# Another one from Long Island NY



## SilentKnight (Mar 1, 2009)

:smile: Hello, new member here, Been lurking and checking out the site for a few weeks now before I finally signed up. Lots of good info. I have always been a big "Gun" guy, but now I'm more into bows an arrows. I like this new hobby, as it is something I could enjoy with the whole family.


----------



## Tim Roberts (Jul 13, 2002)

:wav: :yo: *G'day.*







to *Archery Talk* SilentKnight. Have fun here.


----------



## ansarha (Nov 30, 2008)

:wav::welcome: Welcome to AT :welcome::wav:


----------



## Double S (Mar 30, 2008)

Welcome to AT.


----------



## SilentKnight (Mar 1, 2009)

Thanks!
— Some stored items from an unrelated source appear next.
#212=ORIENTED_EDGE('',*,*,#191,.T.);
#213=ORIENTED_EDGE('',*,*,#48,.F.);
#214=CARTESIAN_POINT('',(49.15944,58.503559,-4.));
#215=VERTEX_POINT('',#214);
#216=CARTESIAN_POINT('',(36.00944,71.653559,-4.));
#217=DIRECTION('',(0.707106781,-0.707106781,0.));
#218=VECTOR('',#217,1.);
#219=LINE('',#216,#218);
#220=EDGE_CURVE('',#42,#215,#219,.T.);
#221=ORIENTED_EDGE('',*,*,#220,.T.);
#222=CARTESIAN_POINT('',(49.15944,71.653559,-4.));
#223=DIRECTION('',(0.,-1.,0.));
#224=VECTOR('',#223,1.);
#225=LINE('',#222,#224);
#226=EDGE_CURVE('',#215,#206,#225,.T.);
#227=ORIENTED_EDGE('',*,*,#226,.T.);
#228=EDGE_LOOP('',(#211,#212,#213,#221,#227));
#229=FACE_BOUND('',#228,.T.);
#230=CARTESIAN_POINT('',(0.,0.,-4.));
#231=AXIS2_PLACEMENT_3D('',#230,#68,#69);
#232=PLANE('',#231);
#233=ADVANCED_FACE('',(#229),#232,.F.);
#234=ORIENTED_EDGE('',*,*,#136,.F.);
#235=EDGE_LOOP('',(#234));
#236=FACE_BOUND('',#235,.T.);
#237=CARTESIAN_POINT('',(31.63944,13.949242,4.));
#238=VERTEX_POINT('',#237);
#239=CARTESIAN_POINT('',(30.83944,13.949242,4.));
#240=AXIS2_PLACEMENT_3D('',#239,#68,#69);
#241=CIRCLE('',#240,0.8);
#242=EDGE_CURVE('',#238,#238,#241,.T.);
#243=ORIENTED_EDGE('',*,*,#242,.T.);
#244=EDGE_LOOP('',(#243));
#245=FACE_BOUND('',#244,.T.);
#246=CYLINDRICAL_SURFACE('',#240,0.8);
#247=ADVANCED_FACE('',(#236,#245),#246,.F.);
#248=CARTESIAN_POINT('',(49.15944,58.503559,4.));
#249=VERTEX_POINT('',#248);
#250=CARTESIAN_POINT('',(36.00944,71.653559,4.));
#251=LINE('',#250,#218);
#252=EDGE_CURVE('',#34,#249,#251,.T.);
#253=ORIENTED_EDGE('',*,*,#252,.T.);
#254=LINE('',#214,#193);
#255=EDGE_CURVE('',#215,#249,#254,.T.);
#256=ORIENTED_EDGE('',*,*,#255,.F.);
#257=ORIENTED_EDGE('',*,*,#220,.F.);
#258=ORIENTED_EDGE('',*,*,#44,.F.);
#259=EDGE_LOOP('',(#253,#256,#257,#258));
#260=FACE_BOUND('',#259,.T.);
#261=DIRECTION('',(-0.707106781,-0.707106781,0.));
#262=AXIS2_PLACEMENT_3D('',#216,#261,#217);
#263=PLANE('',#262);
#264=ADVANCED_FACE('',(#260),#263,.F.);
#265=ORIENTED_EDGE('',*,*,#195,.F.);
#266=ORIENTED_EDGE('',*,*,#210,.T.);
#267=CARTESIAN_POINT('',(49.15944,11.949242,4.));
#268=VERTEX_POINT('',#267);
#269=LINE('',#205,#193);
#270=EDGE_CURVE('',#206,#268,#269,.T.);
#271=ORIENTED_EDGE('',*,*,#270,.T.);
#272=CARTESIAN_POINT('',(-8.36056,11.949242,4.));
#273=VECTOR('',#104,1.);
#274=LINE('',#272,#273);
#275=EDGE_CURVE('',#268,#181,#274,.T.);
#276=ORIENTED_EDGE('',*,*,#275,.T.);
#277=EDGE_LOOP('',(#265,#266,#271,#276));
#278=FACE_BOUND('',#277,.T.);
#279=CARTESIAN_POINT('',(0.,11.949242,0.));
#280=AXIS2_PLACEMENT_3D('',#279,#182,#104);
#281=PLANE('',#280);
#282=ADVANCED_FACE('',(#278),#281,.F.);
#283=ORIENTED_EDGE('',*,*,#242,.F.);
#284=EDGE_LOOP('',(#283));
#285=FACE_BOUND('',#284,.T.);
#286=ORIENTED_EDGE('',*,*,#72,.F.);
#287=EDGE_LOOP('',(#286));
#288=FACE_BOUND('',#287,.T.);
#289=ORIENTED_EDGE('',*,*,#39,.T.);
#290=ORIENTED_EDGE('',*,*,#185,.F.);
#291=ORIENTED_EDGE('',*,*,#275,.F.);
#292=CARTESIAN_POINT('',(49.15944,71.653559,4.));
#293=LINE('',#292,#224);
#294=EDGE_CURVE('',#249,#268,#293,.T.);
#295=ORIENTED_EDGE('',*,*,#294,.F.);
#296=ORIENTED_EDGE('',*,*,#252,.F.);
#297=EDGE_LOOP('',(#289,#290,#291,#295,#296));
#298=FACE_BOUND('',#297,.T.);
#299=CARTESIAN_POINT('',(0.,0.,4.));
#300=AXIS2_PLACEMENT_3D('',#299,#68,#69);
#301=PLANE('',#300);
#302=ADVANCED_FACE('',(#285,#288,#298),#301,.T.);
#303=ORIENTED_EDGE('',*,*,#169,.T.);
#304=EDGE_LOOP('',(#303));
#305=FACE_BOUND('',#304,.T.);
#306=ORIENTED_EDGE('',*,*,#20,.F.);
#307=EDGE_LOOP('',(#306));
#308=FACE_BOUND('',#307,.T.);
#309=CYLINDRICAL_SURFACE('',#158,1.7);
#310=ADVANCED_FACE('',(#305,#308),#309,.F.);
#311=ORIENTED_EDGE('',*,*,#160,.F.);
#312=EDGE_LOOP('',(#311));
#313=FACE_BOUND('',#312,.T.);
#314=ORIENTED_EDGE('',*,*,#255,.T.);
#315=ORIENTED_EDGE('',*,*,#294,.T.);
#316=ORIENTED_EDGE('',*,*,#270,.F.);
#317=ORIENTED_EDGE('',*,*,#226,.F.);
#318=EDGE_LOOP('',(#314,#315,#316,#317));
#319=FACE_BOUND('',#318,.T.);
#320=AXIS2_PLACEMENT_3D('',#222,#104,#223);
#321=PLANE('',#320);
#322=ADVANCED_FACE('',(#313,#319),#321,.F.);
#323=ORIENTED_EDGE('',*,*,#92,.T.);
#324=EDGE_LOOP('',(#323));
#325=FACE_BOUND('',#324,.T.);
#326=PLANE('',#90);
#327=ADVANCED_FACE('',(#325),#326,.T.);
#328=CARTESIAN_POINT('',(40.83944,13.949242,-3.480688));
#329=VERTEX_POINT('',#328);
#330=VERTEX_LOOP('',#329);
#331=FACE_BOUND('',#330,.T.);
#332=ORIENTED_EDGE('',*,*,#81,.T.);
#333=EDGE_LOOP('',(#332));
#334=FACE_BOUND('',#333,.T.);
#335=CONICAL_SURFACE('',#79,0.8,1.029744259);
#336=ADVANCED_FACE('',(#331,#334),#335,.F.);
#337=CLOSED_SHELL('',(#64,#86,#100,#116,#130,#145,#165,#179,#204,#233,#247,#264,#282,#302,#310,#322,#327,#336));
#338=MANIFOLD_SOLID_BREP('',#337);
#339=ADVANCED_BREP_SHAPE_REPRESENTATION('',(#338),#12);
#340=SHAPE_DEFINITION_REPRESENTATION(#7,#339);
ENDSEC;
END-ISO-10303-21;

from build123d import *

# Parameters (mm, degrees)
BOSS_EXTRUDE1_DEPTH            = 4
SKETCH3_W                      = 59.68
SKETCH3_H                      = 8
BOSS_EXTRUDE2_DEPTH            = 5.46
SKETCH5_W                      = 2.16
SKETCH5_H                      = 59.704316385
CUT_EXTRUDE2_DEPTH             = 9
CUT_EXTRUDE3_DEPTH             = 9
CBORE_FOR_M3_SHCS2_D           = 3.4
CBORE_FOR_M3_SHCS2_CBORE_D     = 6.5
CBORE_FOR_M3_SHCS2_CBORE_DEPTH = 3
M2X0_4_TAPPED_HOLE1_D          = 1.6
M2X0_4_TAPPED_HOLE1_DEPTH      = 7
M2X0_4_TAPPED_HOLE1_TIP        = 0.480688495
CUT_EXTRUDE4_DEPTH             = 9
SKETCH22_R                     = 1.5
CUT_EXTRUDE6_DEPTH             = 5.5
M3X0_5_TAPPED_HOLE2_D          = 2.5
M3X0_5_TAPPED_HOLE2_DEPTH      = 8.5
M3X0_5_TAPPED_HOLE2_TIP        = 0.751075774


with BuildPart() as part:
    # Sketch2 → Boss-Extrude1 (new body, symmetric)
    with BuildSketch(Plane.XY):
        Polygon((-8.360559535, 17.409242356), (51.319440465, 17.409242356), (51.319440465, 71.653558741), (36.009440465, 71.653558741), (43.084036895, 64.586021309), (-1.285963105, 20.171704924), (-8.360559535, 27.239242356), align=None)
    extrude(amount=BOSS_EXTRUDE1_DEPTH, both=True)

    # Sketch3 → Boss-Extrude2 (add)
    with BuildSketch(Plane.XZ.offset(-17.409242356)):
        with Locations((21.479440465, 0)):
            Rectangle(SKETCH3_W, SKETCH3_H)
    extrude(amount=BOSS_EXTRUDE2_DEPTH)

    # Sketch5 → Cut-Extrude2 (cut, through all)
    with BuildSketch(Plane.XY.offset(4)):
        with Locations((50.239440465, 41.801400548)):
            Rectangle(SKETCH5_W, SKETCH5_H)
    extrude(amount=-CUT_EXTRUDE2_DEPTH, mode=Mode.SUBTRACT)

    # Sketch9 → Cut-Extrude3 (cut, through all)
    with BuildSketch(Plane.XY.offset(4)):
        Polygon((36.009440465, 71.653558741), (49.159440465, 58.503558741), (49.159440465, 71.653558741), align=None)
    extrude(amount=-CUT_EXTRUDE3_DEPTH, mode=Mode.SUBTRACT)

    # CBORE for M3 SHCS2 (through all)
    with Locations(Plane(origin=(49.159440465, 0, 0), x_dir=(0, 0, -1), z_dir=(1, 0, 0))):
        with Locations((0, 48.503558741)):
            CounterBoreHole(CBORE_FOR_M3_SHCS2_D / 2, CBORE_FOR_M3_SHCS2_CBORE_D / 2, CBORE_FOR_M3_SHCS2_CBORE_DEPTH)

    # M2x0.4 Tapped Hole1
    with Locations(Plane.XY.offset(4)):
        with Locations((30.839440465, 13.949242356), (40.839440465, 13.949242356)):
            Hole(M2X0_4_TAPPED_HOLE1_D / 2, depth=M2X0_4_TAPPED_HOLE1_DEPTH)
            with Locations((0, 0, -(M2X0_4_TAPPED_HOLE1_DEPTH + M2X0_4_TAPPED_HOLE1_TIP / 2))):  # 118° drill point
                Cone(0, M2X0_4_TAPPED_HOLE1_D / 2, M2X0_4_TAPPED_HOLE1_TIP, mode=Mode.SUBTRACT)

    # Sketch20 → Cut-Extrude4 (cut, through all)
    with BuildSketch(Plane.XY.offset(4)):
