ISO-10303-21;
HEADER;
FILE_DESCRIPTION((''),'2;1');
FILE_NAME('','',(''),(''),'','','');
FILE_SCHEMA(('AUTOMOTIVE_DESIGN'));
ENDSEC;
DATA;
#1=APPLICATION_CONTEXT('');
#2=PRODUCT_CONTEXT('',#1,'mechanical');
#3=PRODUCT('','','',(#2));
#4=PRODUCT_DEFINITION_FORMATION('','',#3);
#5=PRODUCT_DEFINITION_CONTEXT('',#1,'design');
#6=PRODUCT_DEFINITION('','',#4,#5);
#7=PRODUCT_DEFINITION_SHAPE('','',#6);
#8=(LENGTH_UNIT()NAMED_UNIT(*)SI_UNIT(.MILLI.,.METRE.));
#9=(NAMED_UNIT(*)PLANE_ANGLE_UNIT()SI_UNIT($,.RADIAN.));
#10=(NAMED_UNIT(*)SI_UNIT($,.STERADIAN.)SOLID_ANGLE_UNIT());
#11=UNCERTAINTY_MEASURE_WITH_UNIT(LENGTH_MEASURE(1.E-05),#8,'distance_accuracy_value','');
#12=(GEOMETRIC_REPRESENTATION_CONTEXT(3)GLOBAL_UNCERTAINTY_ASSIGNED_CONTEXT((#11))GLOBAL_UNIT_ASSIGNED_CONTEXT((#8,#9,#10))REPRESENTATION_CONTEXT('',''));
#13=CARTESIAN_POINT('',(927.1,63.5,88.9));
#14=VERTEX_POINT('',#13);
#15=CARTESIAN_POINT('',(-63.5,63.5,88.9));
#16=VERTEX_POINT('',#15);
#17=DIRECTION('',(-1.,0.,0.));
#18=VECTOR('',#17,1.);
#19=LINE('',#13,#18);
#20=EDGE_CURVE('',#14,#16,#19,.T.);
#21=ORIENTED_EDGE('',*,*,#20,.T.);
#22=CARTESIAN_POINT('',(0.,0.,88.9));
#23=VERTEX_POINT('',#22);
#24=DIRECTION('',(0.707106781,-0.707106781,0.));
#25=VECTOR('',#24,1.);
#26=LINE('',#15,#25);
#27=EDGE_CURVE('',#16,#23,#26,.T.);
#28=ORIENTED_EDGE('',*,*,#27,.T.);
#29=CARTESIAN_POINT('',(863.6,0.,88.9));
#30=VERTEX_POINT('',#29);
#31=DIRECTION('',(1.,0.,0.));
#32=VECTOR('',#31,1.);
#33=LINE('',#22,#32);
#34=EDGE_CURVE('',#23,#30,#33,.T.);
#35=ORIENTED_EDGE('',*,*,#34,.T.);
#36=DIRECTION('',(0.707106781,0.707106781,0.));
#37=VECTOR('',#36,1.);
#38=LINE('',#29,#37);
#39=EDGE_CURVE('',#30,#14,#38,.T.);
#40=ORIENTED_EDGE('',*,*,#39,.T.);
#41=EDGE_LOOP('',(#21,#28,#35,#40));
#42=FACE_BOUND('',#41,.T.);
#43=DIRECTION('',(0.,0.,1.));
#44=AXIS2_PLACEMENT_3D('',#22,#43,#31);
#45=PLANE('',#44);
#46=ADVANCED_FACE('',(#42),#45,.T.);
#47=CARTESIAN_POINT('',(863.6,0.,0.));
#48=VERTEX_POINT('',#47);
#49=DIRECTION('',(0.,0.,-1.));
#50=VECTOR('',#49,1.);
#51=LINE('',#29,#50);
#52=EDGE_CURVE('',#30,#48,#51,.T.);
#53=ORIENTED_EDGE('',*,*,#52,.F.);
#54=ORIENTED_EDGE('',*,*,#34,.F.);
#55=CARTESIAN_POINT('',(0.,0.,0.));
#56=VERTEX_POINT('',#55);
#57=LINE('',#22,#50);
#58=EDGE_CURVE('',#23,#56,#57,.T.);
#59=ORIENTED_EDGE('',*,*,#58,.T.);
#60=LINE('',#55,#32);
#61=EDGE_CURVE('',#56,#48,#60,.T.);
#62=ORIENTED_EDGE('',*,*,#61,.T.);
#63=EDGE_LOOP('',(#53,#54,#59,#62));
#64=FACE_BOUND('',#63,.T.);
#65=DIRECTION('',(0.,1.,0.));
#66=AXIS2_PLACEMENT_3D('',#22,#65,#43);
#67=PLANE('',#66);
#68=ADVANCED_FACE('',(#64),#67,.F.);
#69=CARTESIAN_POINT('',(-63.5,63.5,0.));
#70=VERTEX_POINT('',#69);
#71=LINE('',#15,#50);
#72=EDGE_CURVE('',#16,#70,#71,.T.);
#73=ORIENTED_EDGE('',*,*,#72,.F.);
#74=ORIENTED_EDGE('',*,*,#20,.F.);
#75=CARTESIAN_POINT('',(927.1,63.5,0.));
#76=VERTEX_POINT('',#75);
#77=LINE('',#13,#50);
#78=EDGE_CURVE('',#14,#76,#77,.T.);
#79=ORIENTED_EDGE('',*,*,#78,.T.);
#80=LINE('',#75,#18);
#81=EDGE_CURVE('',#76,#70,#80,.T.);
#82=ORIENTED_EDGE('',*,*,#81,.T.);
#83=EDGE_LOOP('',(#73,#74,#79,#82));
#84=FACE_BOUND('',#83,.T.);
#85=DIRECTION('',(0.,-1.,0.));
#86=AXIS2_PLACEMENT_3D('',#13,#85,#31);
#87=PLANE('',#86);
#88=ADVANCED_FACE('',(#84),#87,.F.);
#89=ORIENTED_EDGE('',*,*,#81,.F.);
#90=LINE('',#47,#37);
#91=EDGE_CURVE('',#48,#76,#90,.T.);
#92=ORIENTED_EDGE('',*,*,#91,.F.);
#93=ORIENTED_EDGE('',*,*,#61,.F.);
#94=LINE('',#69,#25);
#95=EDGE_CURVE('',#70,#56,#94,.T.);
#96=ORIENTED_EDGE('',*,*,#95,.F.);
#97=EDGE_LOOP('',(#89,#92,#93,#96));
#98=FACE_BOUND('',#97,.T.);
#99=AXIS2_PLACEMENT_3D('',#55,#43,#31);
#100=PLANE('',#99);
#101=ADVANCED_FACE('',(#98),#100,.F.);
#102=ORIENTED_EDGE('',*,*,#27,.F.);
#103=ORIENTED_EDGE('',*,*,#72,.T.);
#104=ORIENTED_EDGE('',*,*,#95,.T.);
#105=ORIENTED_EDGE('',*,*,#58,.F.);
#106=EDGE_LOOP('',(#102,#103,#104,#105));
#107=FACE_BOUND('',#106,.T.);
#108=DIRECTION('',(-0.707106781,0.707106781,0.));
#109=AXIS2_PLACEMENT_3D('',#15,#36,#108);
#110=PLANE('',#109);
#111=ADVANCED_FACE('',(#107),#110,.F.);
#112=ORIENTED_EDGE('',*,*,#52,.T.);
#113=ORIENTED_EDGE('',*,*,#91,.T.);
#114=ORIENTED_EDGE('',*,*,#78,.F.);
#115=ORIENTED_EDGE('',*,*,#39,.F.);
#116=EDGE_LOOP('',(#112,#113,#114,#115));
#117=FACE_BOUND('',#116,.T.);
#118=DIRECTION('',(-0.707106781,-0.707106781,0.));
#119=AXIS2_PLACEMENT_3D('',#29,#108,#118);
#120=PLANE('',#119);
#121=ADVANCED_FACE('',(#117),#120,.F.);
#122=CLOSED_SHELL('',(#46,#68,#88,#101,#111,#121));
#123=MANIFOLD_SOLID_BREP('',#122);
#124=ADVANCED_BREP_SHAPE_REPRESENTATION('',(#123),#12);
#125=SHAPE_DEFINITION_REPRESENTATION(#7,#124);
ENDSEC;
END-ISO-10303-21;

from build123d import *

# Parameters (mm, degrees)
BOSS_EXTRUDE1_DEPTH = 88.9


with BuildPart() as part:
    # Sketch2 → Boss-Extrude1 (new body)
    with BuildSketch(Plane.XY):
        Polygon((0, 0), (863.6, 0), (927.1, 63.5), (-63.5, 63.5), align=None)
    extrude(amount=BOSS_EXTRUDE1_DEPTH)


solid = part.part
Learning a lot from this site and a lot of good people here.


----------



## Dthbyhoyt (Dec 4, 2004)

:welcome: 2 ArcheryTalk


----------



## swampfrogg (Jun 29, 2007)




----------



## smurphysgirl (Mar 6, 2007)

*Archery is a great Family sport/hobby!*

Welcome to AT! Happy shooting!
*X*---------------------------:archer:


----------



## Deerslayer25 (Mar 11, 2006)

Welcome to AT


----------